_WHAT YOU ARE ASKED TO DO_: Please copy out all the data. Every detail stays the same.

_MATERIAL TO PROCESS_:
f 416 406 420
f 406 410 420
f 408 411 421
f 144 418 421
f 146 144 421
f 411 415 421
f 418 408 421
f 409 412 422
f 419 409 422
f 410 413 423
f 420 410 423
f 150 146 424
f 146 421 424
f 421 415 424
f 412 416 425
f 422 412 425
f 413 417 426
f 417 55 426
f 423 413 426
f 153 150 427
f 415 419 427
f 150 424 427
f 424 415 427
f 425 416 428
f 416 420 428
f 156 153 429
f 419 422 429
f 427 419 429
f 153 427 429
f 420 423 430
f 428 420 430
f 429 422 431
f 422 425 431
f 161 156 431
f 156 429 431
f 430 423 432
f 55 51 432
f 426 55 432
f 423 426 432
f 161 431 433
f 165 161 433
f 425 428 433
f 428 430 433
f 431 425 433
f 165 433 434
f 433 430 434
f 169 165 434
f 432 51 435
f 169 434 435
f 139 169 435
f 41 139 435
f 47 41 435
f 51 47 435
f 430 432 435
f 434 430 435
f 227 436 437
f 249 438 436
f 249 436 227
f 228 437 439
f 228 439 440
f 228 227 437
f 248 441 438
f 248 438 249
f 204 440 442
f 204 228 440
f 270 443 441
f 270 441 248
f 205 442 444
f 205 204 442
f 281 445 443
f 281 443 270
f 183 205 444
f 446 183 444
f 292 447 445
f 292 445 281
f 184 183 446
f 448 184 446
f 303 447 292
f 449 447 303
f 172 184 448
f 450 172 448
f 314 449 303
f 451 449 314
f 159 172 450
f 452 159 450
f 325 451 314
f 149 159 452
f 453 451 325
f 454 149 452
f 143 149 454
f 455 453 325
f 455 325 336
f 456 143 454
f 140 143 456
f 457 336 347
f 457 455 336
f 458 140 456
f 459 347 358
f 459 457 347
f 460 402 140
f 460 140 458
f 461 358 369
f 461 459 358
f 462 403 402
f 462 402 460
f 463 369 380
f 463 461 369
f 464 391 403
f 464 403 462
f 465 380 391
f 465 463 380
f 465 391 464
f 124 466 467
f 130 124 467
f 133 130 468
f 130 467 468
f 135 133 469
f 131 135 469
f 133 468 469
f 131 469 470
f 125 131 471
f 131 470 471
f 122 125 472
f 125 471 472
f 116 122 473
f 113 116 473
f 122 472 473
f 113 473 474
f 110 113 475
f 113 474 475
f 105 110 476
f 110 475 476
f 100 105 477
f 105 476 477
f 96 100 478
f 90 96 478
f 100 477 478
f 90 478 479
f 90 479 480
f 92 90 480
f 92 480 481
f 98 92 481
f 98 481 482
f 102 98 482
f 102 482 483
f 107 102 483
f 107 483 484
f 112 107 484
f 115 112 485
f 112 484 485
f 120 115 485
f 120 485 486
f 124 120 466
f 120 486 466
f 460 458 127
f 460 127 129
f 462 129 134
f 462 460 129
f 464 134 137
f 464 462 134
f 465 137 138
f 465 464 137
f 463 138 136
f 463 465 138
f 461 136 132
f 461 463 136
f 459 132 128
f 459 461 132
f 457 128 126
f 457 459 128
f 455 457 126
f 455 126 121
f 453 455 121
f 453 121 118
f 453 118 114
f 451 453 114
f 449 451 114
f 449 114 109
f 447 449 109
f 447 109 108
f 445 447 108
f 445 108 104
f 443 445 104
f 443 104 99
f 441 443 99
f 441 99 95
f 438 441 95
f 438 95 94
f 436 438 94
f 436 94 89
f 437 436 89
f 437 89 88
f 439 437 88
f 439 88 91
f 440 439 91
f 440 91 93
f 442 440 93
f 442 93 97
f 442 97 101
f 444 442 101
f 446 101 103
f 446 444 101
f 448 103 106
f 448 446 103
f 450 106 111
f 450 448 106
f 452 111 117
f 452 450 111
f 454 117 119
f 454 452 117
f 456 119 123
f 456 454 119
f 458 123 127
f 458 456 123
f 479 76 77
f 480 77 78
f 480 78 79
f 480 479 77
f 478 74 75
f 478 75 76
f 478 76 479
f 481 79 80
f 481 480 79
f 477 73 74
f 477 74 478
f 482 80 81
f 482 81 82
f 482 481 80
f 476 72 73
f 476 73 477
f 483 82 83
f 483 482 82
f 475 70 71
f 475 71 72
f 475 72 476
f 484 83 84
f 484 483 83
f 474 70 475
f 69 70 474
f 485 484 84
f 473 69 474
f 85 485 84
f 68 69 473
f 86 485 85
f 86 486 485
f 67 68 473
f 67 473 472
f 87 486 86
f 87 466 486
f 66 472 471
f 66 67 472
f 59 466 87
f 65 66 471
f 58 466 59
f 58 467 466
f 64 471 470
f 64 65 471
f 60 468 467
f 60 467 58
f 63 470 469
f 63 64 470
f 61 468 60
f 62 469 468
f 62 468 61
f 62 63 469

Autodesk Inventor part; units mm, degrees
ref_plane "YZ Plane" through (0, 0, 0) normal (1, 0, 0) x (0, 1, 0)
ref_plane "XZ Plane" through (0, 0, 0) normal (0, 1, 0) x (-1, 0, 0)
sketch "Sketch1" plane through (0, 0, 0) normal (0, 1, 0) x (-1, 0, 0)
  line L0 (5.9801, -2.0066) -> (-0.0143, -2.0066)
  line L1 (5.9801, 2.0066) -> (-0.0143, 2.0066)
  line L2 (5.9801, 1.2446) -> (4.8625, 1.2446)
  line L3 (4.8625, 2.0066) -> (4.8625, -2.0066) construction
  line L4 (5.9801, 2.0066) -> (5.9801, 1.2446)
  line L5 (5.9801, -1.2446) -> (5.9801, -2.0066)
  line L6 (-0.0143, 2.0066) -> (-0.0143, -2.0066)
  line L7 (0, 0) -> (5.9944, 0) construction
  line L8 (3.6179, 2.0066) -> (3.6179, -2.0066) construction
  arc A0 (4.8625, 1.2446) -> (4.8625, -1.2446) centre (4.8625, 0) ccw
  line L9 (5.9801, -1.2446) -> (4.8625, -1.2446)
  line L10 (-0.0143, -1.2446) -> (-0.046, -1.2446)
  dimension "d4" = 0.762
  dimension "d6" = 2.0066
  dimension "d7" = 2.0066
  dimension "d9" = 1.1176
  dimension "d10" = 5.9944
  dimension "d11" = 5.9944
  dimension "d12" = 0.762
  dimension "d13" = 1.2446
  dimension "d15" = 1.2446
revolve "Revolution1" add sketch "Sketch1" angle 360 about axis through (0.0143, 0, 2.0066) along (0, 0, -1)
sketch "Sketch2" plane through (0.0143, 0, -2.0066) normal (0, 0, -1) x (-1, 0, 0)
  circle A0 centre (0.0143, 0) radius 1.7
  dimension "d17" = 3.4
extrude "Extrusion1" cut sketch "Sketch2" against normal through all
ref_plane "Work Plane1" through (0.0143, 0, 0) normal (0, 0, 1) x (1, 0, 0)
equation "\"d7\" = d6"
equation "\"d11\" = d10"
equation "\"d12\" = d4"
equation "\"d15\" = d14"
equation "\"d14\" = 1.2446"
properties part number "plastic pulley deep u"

_SOLUTION TO THIS EXERCISE_:
f 416 406 420
f 406 410 420
f 408 411 421
f 144 418 421
f 146 144 421
f 411 415 421
f 418 408 421
f 409 412 422
f 419 409 422
f 410 413 423
f 420 410 423
f 150 146 424
f 146 421 424
f 421 415 424
f 412 416 425
f 422 412 425
f 413 417 426
f 417 55 426
f 423 413 426
f 153 150 427
f 415 419 427
f 150 424 427
f 424 415 427
f 425 416 428
f 416 420 428
f 156 153 429
f 419 422 429
f 427 419 429
f 153 427 429
f 420 423 430
f 428 420 430
f 429 422 431
f 422 425 431
f 161 156 431
f 156 429 431
f 430 423 432
f 55 51 432
f 426 55 432
f 423 426 432
f 161 431 433
f 165 161 433
f 425 428 433
f 428 430 433
f 431 425 433
f 165 433 434
f 433 430 434
f 169 165 434
f 432 51 435
f 169 434 435
f 139 169 435
f 41 139 435
f 47 41 435
f 51 47 435
f 430 432 435
f 434 430 435
f 227 436 437
f 249 438 436
f 249 436 227
f 228 437 439
f 228 439 440
f 228 227 437
f 248 441 438
f 248 438 249
f 204 440 442
f 204 228 440
f 270 443 441
f 270 441 248
f 205 442 444
f 205 204 442
f 281 445 443
f 281 443 270
f 183 205 444
f 446 183 444
f 292 447 445
f 292 445 281
f 184 183 446
f 448 184 446
f 303 447 292
f 449 447 303
f 172 184 448
f 450 172 448
f 314 449 303
f 451 449 314
f 159 172 450
f 452 159 450
f 325 451 314
f 149 159 452
f 453 451 325
f 454 149 452
f 143 149 454
f 455 453 325
f 455 325 336
f 456 143 454
f 140 143 456
f 457 336 347
f 457 455 336
f 458 140 456
f 459 347 358
f 459 457 347
f 460 402 140
f 460 140 458
f 461 358 369
f 461 459 358
f 462 403 402
f 462 402 460
f 463 369 380
f 463 461 369
f 464 391 403
f 464 403 462
f 465 380 391
f 465 463 380
f 465 391 464
f 124 466 467
f 130 124 467
f 133 130 468
f 130 467 468
f 135 133 469
f 131 135 469
f 133 468 469
f 131 469 470
f 125 131 471
f 131 470 471
f 122 125 472
f 125 471 472
f 116 122 473
f 113 116 473
f 122 472 473
f 113 473 474
f 110 113 475
f 113 474 475
f 105 110 476
f 110 475 476
f 100 105 477
f 105 476 477
f 96 100 478
f 90 96 478
f 100 477 478
f 90 478 479
f 90 479 480
f 92 90 480
f 92 480 481
f 98 92 481
f 98 481 482
f 102 98 482
f 102 482 483
f 107 102 483
f 107 483 484
f 112 107 484
f 115 112 485
f 112 484 485
f 120 115 485
f 120 485 486
f 124 120 466
f 120 486 466
f 460 458 127
f 460 127 129
f 462 129 134
f 462 460 129
f 464 134 137
f 464 462 134
f 465 137 138
f 465 464 137
f 463 138 136
f 463 465 138
f 461 136 132
f 461 463 136
f 459 132 128
f 459 461 132
f 457 128 126
f 457 459 128
f 455 457 126
f 455 126 121
f 453 455 121
f 453 121 118
f 453 118 114
f 451 453 114
f 449 451 114
f 449 114 109
f 447 449 109
f 447 109 108
f 445 447 108
f 445 108 104
f 443 445 104
f 443 104 99
f 441 443 99
f 441 99 95
f 438 441 95
f 438 95 94
f 436 438 94
f 436 94 89
f 437 436 89
f 437 89 88
f 439 437 88
f 439 88 91
f 440 439 91
f 440 91 93
f 442 440 93
f 442 93 97
f 442 97 101
f 444 442 101
f 446 101 103
f 446 444 101
f 448 103 106
f 448 446 103
f 450 106 111
f 450 448 106
f 452 111 117
f 452 450 111
f 454 117 119
f 454 452 117
f 456 119 123
f 456 454 119
f 458 123 127
f 458 456 123
f 479 76 77
f 480 77 78
f 480 78 79
f 480 479 77
f 478 74 75
f 478 75 76
f 478 76 479
f 481 79 80
f 481 480 79
f 477 73 74
f 477 74 478
f 482 80 81
f 482 81 82
f 482 481 80
f 476 72 73
f 476 73 477
f 483 82 83
f 483 482 82
f 475 70 71
f 475 71 72
f 475 72 476
f 484 83 84
f 484 483 83
f 474 70 475
f 69 70 474
f 485 484 84
f 473 69 474
f 85 485 84
f 68 69 473
f 86 485 85
f 86 486 485
f 67 68 473
f 67 473 472
f 87 486 86
f 87 466 486
f 66 472 471
f 66 67 472
f 59 466 87
f 65 66 471
f 58 466 59
f 58 467 466
f 64 471 470
f 64 65 471
f 60 468 467
f 60 467 58
f 63 470 469
f 63 64 470
f 61 468 60
f 62 469 468
f 62 468 61
f 62 63 469

Autodesk Inventor part; units mm, degrees
ref_plane "YZ Plane" through (0, 0, 0) normal (1, 0, 0) x (0, 1, 0)
ref_plane "XZ Plane" through (0, 0, 0) normal (0, 1, 0) x (-1, 0, 0)
sketch "Sketch1" plane through (0, 0, 0) normal (0, 1, 0) x (-1, 0, 0)
  line L0 (5.9801, -2.0066) -> (-0.0143, -2.0066)
  line L1 (5.9801, 2.0066) -> (-0.0143, 2.0066)
  line L2 (5.9801, 1.2446) -> (4.8625, 1.2446)
  line L3 (4.8625, 2.0066) -> (4.8625, -2.0066) construction
  line L4 (5.9801, 2.0066) -> (5.9801, 1.2446)
  line L5 (5.9801, -1.2446) -> (5.9801, -2.0066)
  line L6 (-0.0143, 2.0066) -> (-0.0143, -2.0066)
  line L7 (0, 0) -> (5.9944, 0) construction
  line L8 (3.6179, 2.0066) -> (3.6179, -2.0066) construction
  arc A0 (4.8625, 1.2446) -> (4.8625, -1.2446) centre (4.8625, 0) ccw
  line L9 (5.9801, -1.2446) -> (4.8625, -1.2446)
  line L10 (-0.0143, -1.2446) -> (-0.046, -1.2446)
  dimension "d4" = 0.762
  dimension "d6" = 2.0066
  dimension "d7" = 2.0066
  dimension "d9" = 1.1176
  dimension "d10" = 5.9944
  dimension "d11" = 5.9944
  dimension "d12" = 0.762
  dimension "d13" = 1.2446
  dimension "d15" = 1.2446
revolve "Revolution1" add sketch "Sketch1" angle 360 about axis through (0.0143, 0, 2.0066) along (0, 0, -1)
sketch "Sketch2" plane through (0.0143, 0, -2.0066) normal (0, 0, -1) x (-1, 0, 0)
  circle A0 centre (0.0143, 0) radius 1.7
  dimension "d17" = 3.4
extrude "Extrusion1" cut sketch "Sketch2" against normal through all
ref_plane "Work Plane1" through (0.0143, 0, 0) normal (0, 0, 1) x (1, 0, 0)
equation "\"d7\" = d6"
equation "\"d11\" = d10"
equation "\"d12\" = d4"
equation "\"d15\" = d14"
equation "\"d14\" = 1.2446"
properties part number "plastic pulley deep u"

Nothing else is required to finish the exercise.